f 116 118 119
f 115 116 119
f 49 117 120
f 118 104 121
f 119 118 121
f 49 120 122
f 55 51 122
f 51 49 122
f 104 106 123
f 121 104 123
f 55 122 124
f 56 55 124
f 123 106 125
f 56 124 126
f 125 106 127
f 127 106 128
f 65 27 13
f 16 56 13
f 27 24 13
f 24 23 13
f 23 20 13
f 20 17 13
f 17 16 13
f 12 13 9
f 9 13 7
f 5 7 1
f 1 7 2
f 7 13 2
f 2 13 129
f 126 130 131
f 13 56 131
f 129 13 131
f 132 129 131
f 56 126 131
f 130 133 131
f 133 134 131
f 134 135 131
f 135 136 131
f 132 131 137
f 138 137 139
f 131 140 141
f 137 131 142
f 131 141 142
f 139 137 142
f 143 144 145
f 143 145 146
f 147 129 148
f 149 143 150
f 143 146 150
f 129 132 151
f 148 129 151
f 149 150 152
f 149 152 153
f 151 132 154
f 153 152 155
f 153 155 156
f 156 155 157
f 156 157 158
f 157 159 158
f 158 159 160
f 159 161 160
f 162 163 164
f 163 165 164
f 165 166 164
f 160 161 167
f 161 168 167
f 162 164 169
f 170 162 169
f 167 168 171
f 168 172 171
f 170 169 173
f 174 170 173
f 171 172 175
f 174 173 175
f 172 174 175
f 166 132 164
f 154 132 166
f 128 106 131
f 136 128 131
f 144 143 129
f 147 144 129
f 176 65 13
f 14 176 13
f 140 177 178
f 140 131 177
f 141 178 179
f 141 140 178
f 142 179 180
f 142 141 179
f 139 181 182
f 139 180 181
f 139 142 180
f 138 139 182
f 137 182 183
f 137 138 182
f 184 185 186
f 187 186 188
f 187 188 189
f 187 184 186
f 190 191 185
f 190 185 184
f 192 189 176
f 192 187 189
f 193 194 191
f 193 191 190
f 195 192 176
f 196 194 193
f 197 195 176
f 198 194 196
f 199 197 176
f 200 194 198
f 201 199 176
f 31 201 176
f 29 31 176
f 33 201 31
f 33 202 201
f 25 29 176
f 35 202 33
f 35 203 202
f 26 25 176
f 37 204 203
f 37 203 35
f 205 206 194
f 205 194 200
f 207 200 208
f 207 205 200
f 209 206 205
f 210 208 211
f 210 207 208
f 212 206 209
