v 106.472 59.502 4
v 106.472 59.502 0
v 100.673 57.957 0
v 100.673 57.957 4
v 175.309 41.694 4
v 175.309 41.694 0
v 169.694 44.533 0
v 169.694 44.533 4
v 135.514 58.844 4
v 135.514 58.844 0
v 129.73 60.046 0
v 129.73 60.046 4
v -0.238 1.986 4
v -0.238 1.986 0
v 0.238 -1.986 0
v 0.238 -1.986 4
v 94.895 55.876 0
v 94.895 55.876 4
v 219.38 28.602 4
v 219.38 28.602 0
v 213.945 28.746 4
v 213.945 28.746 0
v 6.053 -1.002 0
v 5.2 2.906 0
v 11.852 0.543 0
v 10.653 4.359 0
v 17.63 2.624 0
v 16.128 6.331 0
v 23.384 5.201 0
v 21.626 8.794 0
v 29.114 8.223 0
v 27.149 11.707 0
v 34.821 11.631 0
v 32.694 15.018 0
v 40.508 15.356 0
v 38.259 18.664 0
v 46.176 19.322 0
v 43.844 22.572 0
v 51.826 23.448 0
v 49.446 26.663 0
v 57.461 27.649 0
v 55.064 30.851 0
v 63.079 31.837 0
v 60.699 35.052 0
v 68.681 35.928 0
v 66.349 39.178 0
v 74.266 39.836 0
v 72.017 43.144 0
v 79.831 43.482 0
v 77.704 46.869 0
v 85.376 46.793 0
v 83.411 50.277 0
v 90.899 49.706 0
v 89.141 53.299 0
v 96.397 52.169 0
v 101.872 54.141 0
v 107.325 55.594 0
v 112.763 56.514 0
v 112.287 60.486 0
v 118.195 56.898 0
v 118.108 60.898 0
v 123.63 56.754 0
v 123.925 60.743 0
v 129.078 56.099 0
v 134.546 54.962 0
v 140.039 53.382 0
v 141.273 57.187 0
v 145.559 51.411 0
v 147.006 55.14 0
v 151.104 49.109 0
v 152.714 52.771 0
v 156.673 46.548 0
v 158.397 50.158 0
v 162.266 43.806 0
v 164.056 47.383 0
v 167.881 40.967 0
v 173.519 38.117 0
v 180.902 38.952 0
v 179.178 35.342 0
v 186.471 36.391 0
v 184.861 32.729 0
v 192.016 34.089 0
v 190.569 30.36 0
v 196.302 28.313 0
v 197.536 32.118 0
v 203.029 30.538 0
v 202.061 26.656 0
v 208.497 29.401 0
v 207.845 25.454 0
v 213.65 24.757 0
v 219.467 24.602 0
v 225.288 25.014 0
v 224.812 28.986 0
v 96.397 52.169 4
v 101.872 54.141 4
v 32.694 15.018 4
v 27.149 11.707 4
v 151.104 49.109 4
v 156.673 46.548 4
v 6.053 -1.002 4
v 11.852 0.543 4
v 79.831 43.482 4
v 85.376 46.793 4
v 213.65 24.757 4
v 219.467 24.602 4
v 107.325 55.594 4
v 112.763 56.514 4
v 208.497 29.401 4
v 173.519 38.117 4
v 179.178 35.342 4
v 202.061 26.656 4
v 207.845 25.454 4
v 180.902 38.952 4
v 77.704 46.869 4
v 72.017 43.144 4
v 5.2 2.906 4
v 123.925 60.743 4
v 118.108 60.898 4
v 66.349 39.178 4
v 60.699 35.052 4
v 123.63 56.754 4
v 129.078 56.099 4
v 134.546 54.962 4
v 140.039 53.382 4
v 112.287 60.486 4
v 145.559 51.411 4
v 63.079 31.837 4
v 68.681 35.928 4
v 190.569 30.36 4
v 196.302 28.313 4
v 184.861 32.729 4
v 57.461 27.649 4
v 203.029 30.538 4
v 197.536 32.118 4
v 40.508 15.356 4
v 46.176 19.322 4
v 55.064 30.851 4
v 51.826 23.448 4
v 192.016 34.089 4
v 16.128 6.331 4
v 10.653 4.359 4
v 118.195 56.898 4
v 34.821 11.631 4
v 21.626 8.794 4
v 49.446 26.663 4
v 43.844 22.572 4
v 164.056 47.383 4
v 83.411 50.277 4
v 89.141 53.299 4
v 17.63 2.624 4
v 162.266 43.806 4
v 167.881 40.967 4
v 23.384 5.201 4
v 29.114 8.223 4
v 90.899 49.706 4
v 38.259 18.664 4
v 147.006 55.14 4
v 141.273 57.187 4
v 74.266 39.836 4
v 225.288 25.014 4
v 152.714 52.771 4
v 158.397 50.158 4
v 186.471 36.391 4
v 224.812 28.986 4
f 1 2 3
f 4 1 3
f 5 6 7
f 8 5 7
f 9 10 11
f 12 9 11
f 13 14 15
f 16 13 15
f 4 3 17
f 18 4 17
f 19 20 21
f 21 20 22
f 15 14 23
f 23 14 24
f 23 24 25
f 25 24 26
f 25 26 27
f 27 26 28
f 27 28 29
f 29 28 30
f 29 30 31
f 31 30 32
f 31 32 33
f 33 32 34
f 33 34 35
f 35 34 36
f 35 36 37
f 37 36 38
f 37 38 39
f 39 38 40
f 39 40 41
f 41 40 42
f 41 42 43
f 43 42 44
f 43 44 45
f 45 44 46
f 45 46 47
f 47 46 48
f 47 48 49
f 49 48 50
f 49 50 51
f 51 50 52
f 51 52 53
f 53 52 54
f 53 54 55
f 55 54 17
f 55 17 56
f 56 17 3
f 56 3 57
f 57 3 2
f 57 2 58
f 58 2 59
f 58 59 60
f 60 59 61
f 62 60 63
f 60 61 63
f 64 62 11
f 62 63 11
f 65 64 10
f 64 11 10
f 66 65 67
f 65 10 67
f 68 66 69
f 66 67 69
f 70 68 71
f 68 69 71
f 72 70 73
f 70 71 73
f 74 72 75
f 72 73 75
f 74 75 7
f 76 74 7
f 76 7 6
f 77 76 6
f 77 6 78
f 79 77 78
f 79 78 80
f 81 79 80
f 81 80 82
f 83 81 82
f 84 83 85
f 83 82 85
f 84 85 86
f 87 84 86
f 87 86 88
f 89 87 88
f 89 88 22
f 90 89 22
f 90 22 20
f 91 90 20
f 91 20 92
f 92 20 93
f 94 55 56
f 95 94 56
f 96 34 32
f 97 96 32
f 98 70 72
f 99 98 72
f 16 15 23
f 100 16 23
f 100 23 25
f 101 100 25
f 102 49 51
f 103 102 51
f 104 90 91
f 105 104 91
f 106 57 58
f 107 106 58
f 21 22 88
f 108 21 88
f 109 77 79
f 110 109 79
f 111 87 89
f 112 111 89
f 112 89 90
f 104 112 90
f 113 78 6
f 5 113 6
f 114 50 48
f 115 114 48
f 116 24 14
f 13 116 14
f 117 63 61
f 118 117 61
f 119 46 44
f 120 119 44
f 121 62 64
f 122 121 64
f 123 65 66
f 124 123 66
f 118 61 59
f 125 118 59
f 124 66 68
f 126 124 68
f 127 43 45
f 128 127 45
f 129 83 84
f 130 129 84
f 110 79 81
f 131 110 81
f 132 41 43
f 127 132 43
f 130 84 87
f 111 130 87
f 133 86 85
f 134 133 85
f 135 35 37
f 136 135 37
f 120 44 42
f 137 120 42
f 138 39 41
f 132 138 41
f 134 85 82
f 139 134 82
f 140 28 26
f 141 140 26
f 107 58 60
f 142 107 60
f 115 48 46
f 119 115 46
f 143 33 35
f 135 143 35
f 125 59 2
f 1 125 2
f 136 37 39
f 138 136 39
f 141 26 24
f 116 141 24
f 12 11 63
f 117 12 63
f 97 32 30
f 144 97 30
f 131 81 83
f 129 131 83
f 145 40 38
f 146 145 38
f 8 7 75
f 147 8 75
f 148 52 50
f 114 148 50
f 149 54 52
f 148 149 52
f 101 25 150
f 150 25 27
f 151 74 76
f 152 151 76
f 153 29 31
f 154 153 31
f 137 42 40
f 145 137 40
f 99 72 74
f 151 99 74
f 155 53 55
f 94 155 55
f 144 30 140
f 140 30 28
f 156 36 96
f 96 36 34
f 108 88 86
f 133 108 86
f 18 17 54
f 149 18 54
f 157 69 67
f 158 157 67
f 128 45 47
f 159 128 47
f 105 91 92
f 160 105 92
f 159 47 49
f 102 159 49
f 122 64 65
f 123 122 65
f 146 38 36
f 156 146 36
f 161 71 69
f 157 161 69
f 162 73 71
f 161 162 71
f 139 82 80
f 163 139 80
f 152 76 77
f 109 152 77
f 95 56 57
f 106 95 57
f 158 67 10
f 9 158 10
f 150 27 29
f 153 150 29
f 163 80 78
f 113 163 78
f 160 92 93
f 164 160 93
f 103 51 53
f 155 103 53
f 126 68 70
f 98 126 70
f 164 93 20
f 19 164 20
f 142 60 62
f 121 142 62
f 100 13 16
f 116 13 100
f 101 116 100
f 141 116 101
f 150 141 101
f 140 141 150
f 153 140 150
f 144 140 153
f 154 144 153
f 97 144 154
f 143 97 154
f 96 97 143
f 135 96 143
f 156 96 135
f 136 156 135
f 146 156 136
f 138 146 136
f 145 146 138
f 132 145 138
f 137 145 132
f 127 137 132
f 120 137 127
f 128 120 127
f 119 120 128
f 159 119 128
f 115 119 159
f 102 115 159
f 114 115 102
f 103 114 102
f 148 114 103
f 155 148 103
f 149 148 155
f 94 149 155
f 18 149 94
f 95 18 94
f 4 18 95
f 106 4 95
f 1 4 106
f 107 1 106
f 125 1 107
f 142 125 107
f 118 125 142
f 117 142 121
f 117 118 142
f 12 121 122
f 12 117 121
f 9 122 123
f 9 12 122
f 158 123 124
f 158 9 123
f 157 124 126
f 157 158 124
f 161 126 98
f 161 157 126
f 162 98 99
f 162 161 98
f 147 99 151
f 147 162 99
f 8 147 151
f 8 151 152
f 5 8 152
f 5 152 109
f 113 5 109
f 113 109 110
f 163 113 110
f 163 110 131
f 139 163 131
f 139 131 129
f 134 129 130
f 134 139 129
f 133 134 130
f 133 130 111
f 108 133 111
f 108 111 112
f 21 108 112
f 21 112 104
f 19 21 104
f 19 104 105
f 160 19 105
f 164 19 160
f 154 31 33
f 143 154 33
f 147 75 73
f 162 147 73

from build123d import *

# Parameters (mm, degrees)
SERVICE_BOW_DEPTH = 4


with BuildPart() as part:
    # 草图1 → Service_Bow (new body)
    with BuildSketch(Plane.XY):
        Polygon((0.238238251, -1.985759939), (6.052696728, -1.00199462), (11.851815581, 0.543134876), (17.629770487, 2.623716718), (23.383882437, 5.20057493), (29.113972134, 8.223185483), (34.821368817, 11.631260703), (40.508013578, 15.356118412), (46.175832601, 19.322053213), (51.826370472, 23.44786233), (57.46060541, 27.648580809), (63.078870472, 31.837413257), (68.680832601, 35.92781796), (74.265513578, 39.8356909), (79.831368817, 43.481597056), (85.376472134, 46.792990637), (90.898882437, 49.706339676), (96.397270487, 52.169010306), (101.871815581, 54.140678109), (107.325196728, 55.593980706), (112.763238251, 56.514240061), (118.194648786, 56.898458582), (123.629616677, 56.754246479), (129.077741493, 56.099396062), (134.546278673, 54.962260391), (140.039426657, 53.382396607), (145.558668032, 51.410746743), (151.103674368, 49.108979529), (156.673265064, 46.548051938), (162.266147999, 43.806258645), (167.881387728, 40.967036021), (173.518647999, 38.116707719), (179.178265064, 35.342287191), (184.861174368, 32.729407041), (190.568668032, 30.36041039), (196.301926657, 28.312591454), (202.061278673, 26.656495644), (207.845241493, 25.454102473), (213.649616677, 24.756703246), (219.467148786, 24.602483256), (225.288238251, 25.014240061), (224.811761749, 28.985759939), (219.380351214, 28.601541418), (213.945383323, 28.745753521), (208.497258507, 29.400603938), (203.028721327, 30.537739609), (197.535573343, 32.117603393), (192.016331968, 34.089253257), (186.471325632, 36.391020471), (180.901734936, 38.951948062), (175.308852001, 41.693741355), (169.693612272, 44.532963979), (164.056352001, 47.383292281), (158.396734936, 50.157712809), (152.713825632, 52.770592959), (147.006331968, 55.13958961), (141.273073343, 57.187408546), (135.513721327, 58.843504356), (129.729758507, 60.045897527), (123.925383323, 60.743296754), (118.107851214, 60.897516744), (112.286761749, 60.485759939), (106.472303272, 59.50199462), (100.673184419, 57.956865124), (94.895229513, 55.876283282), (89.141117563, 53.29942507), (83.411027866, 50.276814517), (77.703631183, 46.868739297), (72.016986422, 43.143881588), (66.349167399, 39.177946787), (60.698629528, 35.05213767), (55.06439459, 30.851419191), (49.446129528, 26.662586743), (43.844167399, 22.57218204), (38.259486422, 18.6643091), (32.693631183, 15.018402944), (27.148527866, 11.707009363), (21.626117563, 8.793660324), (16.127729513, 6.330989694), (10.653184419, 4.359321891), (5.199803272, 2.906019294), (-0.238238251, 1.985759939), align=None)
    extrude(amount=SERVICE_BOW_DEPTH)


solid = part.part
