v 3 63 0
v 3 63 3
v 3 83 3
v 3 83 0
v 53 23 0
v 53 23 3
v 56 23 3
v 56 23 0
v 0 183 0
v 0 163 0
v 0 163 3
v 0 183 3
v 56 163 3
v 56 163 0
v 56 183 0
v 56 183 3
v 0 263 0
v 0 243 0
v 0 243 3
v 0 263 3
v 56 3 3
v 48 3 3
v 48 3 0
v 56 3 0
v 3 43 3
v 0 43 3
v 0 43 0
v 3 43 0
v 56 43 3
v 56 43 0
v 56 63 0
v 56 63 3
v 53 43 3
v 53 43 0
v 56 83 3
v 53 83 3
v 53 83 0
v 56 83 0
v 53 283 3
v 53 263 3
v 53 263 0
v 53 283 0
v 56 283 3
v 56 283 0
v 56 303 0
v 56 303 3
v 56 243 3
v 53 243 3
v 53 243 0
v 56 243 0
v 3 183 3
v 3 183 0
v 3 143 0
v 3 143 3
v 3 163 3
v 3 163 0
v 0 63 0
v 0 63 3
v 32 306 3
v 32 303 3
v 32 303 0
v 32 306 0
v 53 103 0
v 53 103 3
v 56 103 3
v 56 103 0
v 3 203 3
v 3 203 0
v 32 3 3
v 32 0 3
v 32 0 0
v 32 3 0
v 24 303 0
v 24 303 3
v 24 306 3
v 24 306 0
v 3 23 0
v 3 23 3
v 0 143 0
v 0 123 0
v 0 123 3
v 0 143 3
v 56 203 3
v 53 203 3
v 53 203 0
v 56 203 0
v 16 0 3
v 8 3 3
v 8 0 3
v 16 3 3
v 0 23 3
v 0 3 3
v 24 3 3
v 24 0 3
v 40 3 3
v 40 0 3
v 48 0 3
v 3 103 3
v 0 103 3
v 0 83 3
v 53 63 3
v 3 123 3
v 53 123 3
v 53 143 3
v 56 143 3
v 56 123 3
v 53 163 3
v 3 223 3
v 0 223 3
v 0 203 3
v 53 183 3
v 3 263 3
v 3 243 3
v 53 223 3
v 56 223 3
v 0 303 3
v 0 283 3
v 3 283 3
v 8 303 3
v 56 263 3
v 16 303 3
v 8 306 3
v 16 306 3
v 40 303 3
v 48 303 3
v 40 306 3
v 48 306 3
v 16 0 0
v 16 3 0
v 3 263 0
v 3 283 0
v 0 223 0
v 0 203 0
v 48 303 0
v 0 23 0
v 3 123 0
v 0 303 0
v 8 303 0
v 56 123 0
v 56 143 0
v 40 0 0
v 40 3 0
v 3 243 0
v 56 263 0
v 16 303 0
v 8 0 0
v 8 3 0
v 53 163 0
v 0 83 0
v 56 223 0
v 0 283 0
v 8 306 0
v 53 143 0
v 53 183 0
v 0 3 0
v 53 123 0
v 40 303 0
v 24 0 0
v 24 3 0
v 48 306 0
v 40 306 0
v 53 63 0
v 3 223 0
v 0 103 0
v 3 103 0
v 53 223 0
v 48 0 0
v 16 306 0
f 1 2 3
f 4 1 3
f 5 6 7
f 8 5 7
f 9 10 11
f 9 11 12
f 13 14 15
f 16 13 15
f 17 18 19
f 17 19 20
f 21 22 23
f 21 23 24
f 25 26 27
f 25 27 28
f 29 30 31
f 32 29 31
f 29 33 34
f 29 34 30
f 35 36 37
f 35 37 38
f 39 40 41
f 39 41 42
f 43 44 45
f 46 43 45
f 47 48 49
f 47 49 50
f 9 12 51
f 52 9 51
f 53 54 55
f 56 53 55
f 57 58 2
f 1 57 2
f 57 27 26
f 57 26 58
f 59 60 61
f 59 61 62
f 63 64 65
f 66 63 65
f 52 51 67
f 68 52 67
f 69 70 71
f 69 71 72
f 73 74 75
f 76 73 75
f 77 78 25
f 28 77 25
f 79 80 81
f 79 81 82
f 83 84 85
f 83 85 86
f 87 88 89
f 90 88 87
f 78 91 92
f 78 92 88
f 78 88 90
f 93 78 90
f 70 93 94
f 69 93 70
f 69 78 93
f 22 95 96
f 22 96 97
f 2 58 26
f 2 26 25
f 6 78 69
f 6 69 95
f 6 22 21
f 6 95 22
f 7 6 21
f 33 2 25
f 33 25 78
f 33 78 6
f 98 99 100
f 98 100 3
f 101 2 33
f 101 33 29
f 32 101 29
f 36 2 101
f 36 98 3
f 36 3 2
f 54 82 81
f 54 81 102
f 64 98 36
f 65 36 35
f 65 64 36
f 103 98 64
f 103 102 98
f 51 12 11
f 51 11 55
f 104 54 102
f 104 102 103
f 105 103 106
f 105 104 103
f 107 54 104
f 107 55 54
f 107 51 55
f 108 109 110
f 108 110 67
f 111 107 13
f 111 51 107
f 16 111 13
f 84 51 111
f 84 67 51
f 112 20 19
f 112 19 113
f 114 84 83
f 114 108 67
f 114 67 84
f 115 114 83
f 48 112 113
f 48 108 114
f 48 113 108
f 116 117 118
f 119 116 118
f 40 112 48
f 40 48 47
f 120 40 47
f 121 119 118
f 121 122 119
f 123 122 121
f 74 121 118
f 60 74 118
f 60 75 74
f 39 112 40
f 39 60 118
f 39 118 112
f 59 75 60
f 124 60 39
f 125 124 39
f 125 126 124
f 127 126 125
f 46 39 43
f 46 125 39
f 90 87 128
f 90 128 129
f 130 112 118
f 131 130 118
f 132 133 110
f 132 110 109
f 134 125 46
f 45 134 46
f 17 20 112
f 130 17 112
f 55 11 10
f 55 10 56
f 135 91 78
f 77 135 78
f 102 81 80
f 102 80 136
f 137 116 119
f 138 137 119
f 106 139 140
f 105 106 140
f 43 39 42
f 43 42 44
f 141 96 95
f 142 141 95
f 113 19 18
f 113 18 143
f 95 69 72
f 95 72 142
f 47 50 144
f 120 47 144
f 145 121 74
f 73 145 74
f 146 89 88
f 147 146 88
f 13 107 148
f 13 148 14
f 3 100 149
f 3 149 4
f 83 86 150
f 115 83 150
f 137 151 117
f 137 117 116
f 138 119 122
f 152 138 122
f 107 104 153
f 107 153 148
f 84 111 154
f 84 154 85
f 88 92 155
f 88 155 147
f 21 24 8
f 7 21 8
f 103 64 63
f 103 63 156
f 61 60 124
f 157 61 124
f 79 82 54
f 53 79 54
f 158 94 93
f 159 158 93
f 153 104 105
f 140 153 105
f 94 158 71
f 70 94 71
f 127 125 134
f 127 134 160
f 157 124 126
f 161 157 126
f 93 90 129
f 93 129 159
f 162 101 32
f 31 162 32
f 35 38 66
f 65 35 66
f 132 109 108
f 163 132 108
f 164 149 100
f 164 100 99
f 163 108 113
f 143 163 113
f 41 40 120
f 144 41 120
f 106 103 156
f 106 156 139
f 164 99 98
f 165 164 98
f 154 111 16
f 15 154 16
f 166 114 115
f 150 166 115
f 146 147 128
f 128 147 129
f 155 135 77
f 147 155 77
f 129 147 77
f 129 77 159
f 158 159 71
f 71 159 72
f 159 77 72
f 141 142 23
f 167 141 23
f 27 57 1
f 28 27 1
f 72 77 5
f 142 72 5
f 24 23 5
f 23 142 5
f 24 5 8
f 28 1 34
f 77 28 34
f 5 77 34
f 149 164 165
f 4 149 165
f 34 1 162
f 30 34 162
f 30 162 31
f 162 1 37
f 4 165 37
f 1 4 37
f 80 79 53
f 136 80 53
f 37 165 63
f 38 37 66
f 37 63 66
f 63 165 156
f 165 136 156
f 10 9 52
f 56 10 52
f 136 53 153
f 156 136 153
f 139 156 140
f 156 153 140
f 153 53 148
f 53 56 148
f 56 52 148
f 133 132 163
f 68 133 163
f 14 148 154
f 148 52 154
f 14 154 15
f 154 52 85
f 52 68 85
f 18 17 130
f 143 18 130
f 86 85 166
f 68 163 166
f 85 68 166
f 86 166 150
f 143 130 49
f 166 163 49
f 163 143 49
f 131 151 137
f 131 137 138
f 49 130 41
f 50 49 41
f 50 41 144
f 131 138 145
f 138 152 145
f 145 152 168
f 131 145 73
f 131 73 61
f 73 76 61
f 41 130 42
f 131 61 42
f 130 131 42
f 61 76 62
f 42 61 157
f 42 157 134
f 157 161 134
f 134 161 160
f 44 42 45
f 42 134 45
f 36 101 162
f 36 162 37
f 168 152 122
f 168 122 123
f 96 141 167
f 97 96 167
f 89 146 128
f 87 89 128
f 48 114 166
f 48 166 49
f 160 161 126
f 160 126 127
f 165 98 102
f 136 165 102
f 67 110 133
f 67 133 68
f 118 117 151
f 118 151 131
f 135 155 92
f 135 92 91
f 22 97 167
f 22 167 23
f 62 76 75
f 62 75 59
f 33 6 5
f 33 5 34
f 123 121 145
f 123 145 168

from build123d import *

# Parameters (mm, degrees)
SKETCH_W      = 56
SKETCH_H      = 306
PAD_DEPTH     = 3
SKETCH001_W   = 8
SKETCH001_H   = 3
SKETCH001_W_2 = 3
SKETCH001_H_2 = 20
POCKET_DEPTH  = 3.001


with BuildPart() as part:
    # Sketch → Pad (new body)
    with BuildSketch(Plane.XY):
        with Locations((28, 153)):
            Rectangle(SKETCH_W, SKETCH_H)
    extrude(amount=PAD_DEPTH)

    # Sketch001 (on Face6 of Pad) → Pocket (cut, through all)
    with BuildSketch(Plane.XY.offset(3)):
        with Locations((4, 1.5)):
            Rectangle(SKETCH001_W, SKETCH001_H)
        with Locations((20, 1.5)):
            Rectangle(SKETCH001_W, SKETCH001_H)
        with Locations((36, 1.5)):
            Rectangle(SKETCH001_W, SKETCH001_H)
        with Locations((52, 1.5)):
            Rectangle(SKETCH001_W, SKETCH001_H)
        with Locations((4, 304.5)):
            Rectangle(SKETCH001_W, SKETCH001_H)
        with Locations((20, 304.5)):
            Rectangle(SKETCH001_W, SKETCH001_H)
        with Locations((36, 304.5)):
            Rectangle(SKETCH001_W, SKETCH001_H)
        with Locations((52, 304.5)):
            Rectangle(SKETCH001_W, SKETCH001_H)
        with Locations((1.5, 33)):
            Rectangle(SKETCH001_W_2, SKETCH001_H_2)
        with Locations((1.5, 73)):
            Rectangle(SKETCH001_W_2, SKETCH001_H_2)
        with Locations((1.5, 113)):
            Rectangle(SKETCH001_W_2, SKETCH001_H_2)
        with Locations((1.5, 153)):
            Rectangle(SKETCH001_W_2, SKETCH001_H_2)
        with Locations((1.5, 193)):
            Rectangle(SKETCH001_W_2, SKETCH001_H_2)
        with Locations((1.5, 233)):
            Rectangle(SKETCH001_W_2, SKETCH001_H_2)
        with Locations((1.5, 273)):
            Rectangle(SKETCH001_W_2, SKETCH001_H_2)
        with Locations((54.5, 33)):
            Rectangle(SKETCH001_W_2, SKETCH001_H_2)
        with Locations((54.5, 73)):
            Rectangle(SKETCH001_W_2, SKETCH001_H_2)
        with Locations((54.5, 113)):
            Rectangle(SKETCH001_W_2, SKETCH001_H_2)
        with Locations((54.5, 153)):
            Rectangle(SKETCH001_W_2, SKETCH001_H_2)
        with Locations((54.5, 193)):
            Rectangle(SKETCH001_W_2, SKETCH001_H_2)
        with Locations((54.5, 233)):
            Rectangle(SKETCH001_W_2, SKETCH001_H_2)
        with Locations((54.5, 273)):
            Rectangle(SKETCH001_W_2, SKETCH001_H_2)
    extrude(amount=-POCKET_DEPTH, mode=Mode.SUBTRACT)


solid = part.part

TASK TO COMPLETE: Please print the lines from the start of the records up to and including the line with "f 132 129 131", copying each one exactly and leaving out the rest.

ANSWER SECTION:
f 116 118 119
f 115 116 119
f 49 117 120
f 118 104 121
f 119 118 121
f 49 120 122
f 55 51 122
f 51 49 122
f 104 106 123
f 121 104 123
f 55 122 124
f 56 55 124
f 123 106 125
f 56 124 126
f 125 106 127
f 127 106 128
f 65 27 13
f 16 56 13
f 27 24 13
f 24 23 13
f 23 20 13
f 20 17 13
f 17 16 13
f 12 13 9
f 9 13 7
f 5 7 1
f 1 7 2
f 7 13 2
f 2 13 129
f 126 130 131
f 13 56 131
f 129 13 131
f 132 129 131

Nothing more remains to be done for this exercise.